There are many things that adaptable businesses can learn from elite agile software teams — and we aren’t talking about where to find the widest selection of coffee mugs and t-shirts with amusing sayings (e.g. “Have you tried turning it off and on again?”). We’re talking about five best practices that define and drive high-performance:
- Involve all relevant stakeholders early on in the process.
Once they have collected product requirements and clarified essential business requirements — but before they put plans in place — elite agile software teams connect with all relevant stakeholders (in-person, virtually or both) in order to negotiate and optimize the product backlog. This is critical, considering that the work journey ahead is inevitably going to be full of twists and turns.
Adaptable businesses don’t have a product backlog, but should bring together all stakeholders before projects start to solicit input, make adjustments, generate buy-in, establish a shared vision. Provided that team members agree on where they need to end up and what the results should look like, they can launch forward with confidence and enthusiasm — instead of doubt and anxiety.
- Don’t passively communicate with customers: actively collaborate with them.
One of the defining features of top-tier agile software development — and admittedly, also one of the most challenging — is that active collaboration with customers is flat-out vital. Otherwise, there is a high risk that iterations will be characterized by excessive and costly re-work, growing mistrust between customers and teams, and increasing disengagement among exhausted team members who feel that they are always taking one step forward and two (or sometimes more) steps back. To avoid this massive pitfall, successful agile software teams do not merely seek to communicate with customers or “keep them in the loop.” They insist on actively collaborating with customers through frequent interactions that target everything from expectations to fixes to innovations — and anything else that falls within scope.
Adaptable businesses can certainly benefit by borrowing this page from the agile software team playbook. The idea isn’t just to connect and communicate with customers (which adaptable businesses already do). It’s to go a step further to cultivate, position and empower customers to be active project participants in a meaningful, organized and efficient way. When this happens, there is a much greater chance that deliverables and results will ultimately align with customer requirements and expectations.
- Keep team members together to foster trust and drive efficiency.
Like sports teams that collectively ride the ups and downs of a long season, exceptional agile software teams typically travel together across iterations — because on the agile landscape, familiarity between team members doesn’t breed contempt: it fosters trust and drives efficiency. Of course, it’s fine (and often necessary) for some switching and rotation to happen; especially when new skills are required. But the general approach is to keep the band together.
Where possible, adaptable businesses should adopt this wisdom and try to keep team members together from project to project. In addition to supporting the delivery of high quality work in a rapid manner, team cohesion supports strong relationship building (which is key when things get tense and problems emerge), and it also generates synergies that increase knowledge capital — which can be exploited by all teams across the organization.

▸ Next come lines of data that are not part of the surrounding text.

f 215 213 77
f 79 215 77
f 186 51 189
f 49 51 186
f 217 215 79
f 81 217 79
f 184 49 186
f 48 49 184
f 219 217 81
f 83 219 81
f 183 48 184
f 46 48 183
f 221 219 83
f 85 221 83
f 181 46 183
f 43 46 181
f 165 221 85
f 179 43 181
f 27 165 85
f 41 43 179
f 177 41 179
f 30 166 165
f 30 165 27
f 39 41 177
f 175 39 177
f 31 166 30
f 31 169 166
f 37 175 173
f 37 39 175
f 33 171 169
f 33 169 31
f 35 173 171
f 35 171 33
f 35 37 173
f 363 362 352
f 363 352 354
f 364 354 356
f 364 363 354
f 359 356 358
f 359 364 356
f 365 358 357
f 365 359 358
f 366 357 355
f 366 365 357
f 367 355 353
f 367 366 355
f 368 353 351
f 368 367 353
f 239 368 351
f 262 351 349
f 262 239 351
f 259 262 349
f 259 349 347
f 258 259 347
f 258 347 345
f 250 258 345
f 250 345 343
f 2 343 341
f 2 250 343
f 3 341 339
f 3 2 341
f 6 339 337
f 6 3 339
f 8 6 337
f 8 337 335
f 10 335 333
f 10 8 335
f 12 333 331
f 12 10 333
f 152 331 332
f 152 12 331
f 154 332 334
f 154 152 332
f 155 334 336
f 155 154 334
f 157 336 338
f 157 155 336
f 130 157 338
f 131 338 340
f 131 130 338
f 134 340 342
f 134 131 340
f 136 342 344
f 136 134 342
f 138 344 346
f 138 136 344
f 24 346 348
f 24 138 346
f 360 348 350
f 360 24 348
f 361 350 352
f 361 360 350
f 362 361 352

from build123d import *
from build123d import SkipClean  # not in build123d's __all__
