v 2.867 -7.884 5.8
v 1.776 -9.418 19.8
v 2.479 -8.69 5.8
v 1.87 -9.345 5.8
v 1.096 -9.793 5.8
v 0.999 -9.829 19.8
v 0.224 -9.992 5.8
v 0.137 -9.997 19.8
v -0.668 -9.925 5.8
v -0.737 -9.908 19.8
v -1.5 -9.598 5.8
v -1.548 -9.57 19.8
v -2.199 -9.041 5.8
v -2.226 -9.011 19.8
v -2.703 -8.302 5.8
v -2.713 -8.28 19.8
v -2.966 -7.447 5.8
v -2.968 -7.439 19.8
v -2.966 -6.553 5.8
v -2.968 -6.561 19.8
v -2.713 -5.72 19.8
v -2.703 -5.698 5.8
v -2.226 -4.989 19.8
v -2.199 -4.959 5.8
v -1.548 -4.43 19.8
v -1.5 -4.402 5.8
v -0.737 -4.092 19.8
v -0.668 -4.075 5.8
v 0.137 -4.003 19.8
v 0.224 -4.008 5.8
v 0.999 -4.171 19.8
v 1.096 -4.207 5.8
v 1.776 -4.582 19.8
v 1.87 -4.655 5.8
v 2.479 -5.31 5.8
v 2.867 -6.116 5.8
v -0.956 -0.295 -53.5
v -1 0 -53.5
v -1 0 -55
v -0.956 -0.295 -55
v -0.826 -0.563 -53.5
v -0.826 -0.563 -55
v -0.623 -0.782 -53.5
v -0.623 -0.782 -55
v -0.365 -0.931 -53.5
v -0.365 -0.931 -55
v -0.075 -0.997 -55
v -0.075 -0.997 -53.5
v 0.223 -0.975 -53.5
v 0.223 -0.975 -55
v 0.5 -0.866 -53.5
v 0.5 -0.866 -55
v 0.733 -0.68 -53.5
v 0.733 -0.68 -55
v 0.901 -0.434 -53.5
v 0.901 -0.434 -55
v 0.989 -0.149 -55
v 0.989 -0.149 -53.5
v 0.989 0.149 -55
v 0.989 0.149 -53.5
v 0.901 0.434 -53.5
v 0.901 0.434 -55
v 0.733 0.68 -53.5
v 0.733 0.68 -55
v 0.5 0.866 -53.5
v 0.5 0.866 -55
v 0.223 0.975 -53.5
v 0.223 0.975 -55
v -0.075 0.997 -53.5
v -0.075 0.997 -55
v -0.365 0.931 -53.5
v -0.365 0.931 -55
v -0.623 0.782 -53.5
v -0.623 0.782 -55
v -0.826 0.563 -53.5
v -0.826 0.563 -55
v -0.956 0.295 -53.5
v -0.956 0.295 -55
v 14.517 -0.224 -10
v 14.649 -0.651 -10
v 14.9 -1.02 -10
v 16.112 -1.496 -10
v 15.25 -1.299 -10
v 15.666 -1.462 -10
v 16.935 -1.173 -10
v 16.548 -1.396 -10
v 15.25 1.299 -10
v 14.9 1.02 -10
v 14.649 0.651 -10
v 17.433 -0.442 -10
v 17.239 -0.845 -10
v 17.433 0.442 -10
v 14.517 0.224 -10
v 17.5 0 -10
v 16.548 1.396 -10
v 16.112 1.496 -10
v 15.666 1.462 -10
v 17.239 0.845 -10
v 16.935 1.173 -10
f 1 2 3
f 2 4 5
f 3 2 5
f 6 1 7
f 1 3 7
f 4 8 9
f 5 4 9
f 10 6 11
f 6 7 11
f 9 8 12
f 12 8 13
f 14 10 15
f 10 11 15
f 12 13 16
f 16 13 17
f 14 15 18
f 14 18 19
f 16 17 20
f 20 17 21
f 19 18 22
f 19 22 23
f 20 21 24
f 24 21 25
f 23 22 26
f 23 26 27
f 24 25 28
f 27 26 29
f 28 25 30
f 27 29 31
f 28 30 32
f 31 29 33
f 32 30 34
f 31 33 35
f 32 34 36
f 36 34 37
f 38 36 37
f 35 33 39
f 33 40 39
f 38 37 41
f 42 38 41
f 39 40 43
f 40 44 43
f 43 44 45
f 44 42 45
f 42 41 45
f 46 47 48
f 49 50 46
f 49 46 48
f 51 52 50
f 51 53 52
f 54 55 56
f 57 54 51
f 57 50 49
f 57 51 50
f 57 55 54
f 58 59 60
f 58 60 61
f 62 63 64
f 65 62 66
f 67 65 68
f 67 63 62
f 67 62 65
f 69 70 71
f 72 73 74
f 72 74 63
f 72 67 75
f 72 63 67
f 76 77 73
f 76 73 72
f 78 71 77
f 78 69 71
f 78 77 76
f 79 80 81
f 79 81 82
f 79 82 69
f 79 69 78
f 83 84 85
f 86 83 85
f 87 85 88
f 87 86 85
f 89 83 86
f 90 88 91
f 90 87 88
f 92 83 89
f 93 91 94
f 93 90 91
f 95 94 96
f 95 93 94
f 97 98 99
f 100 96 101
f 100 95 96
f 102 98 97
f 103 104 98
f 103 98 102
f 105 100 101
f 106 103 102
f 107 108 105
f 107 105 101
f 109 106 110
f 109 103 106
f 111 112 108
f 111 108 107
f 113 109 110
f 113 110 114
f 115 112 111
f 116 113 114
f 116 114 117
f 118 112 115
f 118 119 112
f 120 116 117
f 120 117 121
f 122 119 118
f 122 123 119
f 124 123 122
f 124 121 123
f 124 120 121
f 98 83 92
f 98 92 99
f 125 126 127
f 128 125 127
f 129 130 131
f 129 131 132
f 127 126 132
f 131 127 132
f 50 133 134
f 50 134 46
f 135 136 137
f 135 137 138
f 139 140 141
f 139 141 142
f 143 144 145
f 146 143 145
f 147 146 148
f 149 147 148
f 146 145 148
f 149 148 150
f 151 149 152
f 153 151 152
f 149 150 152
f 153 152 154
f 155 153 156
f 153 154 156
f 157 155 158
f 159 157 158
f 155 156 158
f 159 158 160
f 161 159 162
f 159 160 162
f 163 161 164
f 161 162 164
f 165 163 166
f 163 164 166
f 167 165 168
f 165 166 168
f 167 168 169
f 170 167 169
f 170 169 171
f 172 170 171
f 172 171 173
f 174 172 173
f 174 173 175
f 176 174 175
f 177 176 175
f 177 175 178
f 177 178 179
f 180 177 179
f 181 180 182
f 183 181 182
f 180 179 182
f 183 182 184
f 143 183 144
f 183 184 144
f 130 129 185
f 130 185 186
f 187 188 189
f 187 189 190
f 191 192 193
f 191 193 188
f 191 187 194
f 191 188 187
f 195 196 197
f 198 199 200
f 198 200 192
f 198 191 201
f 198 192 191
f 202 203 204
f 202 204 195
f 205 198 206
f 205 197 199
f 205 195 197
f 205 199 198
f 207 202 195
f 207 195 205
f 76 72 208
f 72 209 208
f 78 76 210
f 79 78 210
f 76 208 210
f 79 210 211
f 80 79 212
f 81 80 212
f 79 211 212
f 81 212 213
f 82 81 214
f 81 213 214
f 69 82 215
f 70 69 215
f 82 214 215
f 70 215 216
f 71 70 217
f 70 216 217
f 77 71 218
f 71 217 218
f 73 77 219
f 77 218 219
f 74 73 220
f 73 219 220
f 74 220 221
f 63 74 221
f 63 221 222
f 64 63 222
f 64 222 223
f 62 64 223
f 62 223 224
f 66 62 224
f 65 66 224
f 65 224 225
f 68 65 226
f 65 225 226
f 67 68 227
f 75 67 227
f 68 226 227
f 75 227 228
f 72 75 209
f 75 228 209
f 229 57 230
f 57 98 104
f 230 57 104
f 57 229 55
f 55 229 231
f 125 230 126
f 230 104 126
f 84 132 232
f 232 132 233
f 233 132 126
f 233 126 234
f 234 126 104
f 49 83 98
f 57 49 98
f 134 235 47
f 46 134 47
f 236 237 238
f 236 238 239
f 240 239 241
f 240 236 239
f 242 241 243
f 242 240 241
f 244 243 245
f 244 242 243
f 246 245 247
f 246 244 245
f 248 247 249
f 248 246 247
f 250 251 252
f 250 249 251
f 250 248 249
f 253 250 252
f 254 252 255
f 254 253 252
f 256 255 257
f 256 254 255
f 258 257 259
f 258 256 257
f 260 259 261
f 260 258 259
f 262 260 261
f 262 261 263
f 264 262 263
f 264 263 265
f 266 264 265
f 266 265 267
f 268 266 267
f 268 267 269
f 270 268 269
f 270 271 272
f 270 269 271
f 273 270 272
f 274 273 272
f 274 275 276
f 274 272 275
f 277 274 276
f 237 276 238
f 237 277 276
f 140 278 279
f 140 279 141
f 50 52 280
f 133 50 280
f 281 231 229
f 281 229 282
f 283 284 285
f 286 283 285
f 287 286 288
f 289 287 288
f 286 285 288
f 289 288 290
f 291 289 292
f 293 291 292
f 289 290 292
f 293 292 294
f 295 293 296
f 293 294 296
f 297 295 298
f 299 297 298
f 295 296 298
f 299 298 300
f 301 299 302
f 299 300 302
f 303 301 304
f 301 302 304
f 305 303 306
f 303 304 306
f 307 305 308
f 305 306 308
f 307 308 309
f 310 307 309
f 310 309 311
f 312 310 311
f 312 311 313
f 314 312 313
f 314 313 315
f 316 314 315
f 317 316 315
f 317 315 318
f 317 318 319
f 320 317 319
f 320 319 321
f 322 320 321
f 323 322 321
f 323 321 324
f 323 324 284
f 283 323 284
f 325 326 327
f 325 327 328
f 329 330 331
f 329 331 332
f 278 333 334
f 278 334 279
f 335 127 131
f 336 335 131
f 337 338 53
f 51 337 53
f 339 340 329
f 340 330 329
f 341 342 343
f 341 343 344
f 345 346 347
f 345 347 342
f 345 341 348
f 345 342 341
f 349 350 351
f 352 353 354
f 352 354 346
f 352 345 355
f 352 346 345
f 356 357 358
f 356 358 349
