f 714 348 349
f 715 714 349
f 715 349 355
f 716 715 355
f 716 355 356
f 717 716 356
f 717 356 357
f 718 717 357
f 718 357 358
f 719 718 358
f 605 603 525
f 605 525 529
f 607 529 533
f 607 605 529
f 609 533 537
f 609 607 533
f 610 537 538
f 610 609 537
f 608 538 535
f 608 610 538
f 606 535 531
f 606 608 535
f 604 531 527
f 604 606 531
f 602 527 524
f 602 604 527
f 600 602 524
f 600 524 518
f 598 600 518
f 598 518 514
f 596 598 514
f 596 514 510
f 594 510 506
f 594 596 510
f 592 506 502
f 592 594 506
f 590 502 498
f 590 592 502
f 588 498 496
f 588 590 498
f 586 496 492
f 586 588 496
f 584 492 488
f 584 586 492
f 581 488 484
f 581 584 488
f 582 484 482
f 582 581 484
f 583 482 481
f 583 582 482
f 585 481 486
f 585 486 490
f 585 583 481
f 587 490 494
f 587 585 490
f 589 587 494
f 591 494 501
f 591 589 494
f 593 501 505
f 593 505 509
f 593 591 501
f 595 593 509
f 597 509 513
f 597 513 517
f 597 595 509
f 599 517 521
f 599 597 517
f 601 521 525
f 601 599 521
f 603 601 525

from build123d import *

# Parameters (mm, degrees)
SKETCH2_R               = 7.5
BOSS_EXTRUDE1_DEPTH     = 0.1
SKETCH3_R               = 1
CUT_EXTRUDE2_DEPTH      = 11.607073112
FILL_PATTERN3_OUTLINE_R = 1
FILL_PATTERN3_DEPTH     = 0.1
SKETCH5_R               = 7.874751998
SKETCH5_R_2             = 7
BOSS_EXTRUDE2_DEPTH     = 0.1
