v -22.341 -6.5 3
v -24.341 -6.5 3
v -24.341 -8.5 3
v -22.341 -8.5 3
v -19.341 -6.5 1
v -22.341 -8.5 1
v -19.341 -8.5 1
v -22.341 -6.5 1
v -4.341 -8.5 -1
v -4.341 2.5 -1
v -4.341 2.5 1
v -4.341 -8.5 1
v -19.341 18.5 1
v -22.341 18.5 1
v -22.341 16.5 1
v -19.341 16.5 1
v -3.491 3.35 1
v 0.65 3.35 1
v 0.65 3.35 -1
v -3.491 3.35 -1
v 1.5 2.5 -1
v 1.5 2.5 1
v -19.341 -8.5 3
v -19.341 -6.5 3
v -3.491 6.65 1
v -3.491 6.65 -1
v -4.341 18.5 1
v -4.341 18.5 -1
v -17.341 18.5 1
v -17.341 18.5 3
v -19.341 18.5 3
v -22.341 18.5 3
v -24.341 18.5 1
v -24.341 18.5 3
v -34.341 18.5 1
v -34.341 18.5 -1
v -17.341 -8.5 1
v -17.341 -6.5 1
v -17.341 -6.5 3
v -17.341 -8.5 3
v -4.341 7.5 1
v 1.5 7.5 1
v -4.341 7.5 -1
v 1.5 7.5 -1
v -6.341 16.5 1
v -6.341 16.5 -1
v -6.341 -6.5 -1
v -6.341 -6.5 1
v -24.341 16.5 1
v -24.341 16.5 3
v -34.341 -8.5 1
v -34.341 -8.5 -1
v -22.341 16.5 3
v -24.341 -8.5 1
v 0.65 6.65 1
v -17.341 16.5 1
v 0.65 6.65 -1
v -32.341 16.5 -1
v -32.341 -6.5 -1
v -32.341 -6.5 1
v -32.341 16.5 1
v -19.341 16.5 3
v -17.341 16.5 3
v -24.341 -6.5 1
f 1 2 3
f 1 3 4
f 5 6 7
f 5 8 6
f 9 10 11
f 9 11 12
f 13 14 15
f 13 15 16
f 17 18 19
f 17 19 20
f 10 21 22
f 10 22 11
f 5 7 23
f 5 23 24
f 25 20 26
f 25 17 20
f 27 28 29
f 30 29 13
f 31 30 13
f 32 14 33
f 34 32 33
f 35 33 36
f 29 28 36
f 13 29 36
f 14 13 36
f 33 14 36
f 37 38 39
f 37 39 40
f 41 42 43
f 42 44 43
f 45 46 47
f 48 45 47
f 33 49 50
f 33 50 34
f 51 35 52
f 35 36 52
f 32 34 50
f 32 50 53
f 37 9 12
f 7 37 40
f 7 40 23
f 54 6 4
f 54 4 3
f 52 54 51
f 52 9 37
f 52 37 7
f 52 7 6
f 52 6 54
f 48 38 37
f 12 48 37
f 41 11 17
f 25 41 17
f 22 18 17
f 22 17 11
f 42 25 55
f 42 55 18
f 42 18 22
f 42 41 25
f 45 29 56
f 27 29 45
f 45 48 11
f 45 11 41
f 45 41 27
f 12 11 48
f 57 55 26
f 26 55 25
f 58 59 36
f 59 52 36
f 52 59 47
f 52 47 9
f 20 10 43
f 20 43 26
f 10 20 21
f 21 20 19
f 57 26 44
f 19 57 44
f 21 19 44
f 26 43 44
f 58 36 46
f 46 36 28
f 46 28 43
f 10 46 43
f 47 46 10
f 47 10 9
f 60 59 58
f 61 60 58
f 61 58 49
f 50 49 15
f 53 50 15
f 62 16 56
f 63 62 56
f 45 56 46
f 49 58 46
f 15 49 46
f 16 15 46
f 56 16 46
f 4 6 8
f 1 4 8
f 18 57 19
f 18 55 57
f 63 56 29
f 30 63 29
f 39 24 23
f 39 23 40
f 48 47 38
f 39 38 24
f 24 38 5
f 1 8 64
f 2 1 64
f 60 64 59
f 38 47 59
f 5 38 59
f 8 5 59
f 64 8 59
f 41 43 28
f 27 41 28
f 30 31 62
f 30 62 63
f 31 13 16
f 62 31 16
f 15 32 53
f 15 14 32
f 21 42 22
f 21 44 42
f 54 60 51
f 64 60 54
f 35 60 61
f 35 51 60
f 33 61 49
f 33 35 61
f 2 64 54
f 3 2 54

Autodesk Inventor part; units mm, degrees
ref_plane "YZ Plane" through (0, 0, 0) normal (1, 0, 0) x (0, 1, 0)
ref_plane "XZ Plane" through (0, 0, 0) normal (0, 1, 0) x (-1, 0, 0)
ref_plane "XY Plane" through (0, 0, 0) normal (0, 0, 1) x (1, 0, 0)
ref_plane "Work Plane1" through (0, -1.5, -1) normal (0, 0, 1) x (1, 0, 0)
sketch "Sketch1" plane through (0, -1.5, -1) normal (0, 0, 1) x (1, 0, 0)
  line L0 (-2.8412, 5.5) -> (-2.8412, 7.5) projected
  line L1 (-2.8412, 5.5) -> (-2.8412, 7.5) projected
  line L2 (-2.8412, 5.5) -> (-2.8412, 7.5) projected
  line L3 (-2.8412, 7.5) -> (0, 7.5) projected
  line L4 (-2.8412, 5.5) -> (0, 5.5)
  line L5 (0, 5.5) -> (0, 7.5)
  line L6 (0, 7.5) -> (-2.8412, 7.5)
  line L7 (-2.8412, 7.5) -> (-2.8412, 5.5)
  line L8 (-2.8412, 7.5) -> (-2.8412, 9)
  line L9 (-2.8412, 9) -> (-4.3412, 9)
  line L10 (0, 5.5) -> (0, 4)
  line L11 (0, 4) -> (1.5, 4)
  line L12 (1.5, 4) -> (-4.3412, 4)
  line L13 (-4.3412, 4) -> (-4.3412, 9)
  line L14 (-4.3412, 9) -> (1.5, 9)
  line L15 (1.5, 9) -> (1.5, 4)
  line L16 (-4.3412, 4) -> (-4.3412, -7)
  line L17 (-4.3412, -7) -> (-34.3412, -7)
  line L18 (-4.3412, 9) -> (-4.3412, 20)
  line L19 (-4.3412, 20) -> (-34.3412, 20)
  line L20 (-34.3412, 20) -> (-34.3412, -7)
  line L21 (-4.3412, -7) -> (-4.3412, -5)
  line L22 (-4.3412, -5) -> (-6.3412, -5)
  line L23 (-34.3412, 20) -> (-34.3412, 18)
  line L24 (-34.3412, 18) -> (-32.3412, 18)
  line L25 (-6.3412, -5) -> (-32.3412, -5)
  line L26 (-32.3412, -5) -> (-32.3412, 18)
  line L27 (-32.3412, 18) -> (-6.3412, 18)
  line L28 (-6.3412, 18) -> (-6.3412, -5)
  point P0 (0, 1.5)
  point P1 (-0.8412, 6.5)
  dimension "d0" = 1.5
  dimension "d1" = 1.5
  dimension "d2" = 1.5
  dimension "d3" = 1.5
  dimension "d4" = 11
  dimension "d5" = 30
  dimension "d6" = 11
  dimension "d7" = 2
  dimension "d8" = 2
  dimension "d9" = 2
  dimension "d10" = 2
extrude "Extrusion1" add sketch "Sketch1" along normal blind 2 contours L4 L10 L12 L13 L9 L8 L0 | L8 L14 L15 L11 L10 L5 L3 | L13 L16 L22 L28 L27 L24 L20 L19 L18 | L16 L17 L20 L24 L26 L25 L22
sketch "Sketch2" plane through (0, -1.5, 1) normal (0, 0, 1) x (1, 0, 0)
  line L0 (-34.3412, -7) -> (-4.3412, -7) projected
  line L1 (-4.3412, 20) -> (-34.3412, 20) projected
  line L2 (-6.3412, -5) -> (-19.3412, -5)
  line L3 (-6.3412, -5) -> (-32.3412, -5) projected
  line L4 (-19.3412, -5) -> (-22.3412, -5)
  line L5 (-6.3412, 18) -> (-19.3412, 18)
  line L6 (-32.3412, 18) -> (-6.3412, 18) projected
  line L7 (-19.3412, 18) -> (-22.3412, 18)
  line L8 (-22.3412, -5) -> (-24.3412, -5)
  line L9 (-24.3412, -5) -> (-24.3412, -7)
  line L10 (-24.3412, -7) -> (-22.3412, -7)
  line L11 (-22.3412, -7) -> (-22.3412, -5)
  line L12 (-22.3412, 18) -> (-24.3412, 18)
  line L13 (-24.3412, 18) -> (-24.3412, 20)
  line L14 (-24.3412, 20) -> (-22.3412, 20)
  line L15 (-22.3412, 20) -> (-22.3412, 18)
  line L16 (-19.3412, 18) -> (-17.3412, 18)
  line L17 (-17.3412, 18) -> (-17.3412, 20)
  line L18 (-17.3412, 20) -> (-19.3412, 20)
  line L19 (-19.3412, 20) -> (-19.3412, 18)
  line L20 (-19.3412, -5) -> (-17.3412, -5)
  line L21 (-17.3412, -5) -> (-17.3412, -7)
  line L22 (-17.3412, -7) -> (-19.3412, -7)
  line L23 (-19.3412, -7) -> (-19.3412, -5)
  point P0 (0, 1.5)
  dimension "d13" = 13
  dimension "d14" = 3
  dimension "d15" = 2
  dimension "d16" = 2
  dimension "d17" = 2
  dimension "d18" = 2
extrude "Extrusion2" add sketch "Sketch2" along normal blind 2 contours L9 L3 L11 L0 | L23 L2 L21 L0 | L17 L5 L19 L1 | L15 L6 L13 L1
sketch "Sketch3" plane through (0, -1.5, 1) normal (0, 0, 1) x (1, 0, 0)
  line L0 (-2.8412, 5.5) -> (-2.8412, 7.5) projected
  line L1 (-2.8412, 7.5) -> (0, 7.5) projected
  line L2 (0, 7.5) -> (0, 5.5) projected
  line L3 (0, 5.5) -> (-2.8412, 5.5) projected
  line L4 (-2.8412, 7.5) -> (-2.8412, 8.15)
  line L5 (-2.8412, 8.15) -> (-3.4912, 8.15)
  line L6 (-2.8412, 5.5) -> (0, 5.5) projected
  line L7 (0, 5.5) -> (0, 4.85)
  line L8 (0, 4.85) -> (0.65, 4.85)
  line L9 (0.65, 4.85) -> (-3.4912, 4.85)
  line L10 (-3.4912, 4.85) -> (-3.4912, 8.15)
  line L11 (-3.4912, 8.15) -> (0.65, 8.15)
  line L12 (0.65, 8.15) -> (0.65, 4.85)
  point P0 (0, 1.5)
  dimension "d21" = 0.65
  dimension "d22" = 0.65
  dimension "d23" = 0.65
  dimension "d24" = 0.65
extrude "Extrusion3" cut sketch "Sketch3" against normal up to next contours L3 L7 L9 L10 L5 L4 L0 | L4 L11 L12 L8 L7 L2 L1
equation "\"d6\" = d4"
equation "\"d21\" = d24"
equation "\"d22\" = d24"
equation "\"d23\" = d24"
properties part number "back_pack_side_3"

- Ensure that meetings are assets vs. liabilities
High-performance agile software teams rely on various types of meetings to monitor progress, optimize performance and solve problems,, such as sprint planning meetings, daily stand-ups, sprint reviews, sprint retrospectives, and product backlog refinement meetings. However, despite the variety (and in some cases, the frequency) of meetings, they are always relevant, pragmatic and as short as possible.
Adaptable businesses also ensure that meetings are informative and efficient — not draining and dreaded. This is especially important when it comes to status meetings. A Clarizen-Harris poll of more than 2,000 employees revealed that:
- 60 percent spend more time preparing for status meetings, than they do attending the actual meetings.
- 46 percent would rather do any other unpleasant activity vs. endure yet another status meeting — with 17 percent preferring to watch paint dry.
- 35 percent consider status meetings “a waste of time”.
- The right tools make all the difference.
The most successful agile software teams use powerful, but easy-to-use tools that allow them to manage and groom the backlog through an intuitive and centralized interface, personalize workflows (e.g. creating multiple or single workspaces/boards while customizing each stage), and break down large projects into smaller and more manageable tasks.
Adaptable businesses also know that tools make all the difference — the right ones leading to success, and the wrong ones leading to setbacks. The former connect team members across the enterprise by bringing together project management, portfolio management, configurable workflow automation, and in-context collaboration. The bottom line is that everyone is engaged, accelerated and inspired to do more (and of course, continue adding to their glorious collection of coffee mugs and t-shirts with amusing sayings!).